(DATA TO USE begins)

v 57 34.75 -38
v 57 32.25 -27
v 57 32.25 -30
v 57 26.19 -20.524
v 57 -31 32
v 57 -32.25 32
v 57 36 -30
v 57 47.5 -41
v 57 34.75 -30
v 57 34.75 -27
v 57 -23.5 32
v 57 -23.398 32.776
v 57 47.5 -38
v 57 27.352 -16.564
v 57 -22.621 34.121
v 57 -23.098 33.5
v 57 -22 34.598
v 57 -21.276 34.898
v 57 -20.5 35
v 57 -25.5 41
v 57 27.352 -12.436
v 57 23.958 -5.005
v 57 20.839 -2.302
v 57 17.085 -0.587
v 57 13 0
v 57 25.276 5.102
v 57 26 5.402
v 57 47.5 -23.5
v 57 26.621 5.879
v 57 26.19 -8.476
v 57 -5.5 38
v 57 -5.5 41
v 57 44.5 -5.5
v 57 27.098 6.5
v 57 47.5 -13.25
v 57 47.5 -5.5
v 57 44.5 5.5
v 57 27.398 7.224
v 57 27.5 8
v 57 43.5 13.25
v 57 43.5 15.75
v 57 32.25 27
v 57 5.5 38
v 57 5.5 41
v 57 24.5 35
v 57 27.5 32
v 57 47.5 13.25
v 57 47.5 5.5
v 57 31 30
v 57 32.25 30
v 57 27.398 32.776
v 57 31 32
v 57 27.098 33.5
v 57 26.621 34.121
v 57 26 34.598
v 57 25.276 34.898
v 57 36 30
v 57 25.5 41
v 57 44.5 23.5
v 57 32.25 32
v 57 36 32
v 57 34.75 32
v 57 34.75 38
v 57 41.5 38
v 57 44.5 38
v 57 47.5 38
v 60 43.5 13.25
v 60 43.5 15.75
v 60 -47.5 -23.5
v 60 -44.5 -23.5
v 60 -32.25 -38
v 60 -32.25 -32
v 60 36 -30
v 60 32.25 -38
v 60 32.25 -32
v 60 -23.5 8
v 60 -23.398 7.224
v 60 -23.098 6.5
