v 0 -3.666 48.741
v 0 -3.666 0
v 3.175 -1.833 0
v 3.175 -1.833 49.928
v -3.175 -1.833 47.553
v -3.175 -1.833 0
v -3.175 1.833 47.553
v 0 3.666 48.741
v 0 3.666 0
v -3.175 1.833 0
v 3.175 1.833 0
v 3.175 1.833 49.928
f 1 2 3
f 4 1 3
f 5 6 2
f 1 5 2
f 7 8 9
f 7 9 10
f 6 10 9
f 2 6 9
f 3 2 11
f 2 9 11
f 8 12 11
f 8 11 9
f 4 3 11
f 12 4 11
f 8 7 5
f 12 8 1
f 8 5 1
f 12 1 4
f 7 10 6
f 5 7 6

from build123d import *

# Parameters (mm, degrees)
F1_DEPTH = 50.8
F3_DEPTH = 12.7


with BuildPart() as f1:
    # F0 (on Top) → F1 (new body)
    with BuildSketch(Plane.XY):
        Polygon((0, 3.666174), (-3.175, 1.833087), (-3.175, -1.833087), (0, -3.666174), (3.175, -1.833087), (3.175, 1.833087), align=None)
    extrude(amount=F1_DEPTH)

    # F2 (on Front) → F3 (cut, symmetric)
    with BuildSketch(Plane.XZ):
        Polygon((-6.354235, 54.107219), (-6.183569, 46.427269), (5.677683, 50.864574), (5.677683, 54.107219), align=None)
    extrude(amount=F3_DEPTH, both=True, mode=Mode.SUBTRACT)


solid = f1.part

(DATA TO USE ends)

* _WORK TASK_
Give back exactly the lines from the one containing "v 60 32.25 -38" through the end of the material above, and nothing else.

* _RESPONSE AREA_
v 60 32.25 -38
v 60 32.25 -32
v 60 -23.5 8
v 60 -23.398 7.224
v 60 -23.098 6.5
v 0 -3.666 48.741
v 0 -3.666 0
v 3.175 -1.833 0
v 3.175 -1.833 49.928
v -3.175 -1.833 47.553
v -3.175 -1.833 0
v -3.175 1.833 47.553
v 0 3.666 48.741
v 0 3.666 0
v -3.175 1.833 0
v 3.175 1.833 0
v 3.175 1.833 49.928
f 1 2 3
f 4 1 3
f 5 6 2
f 1 5 2
f 7 8 9
f 7 9 10
f 6 10 9
f 2 6 9
f 3 2 11
f 2 9 11
f 8 12 11
f 8 11 9
f 4 3 11
f 12 4 11
f 8 7 5
f 12 8 1
f 8 5 1
f 12 1 4
f 7 10 6
f 5 7 6

from build123d import *

# Parameters (mm, degrees)
F1_DEPTH = 50.8
F3_DEPTH = 12.7


with BuildPart() as f1:
    # F0 (on Top) → F1 (new body)
    with BuildSketch(Plane.XY):
        Polygon((0, 3.666174), (-3.175, 1.833087), (-3.175, -1.833087), (0, -3.666174), (3.175, -1.833087), (3.175, 1.833087), align=None)
    extrude(amount=F1_DEPTH)

    # F2 (on Front) → F3 (cut, symmetric)
    with BuildSketch(Plane.XZ):
        Polygon((-6.354235, 54.107219), (-6.183569, 46.427269), (5.677683, 50.864574), (5.677683, 54.107219), align=None)
    extrude(amount=F3_DEPTH, both=True, mode=Mode.SUBTRACT)


solid = f1.part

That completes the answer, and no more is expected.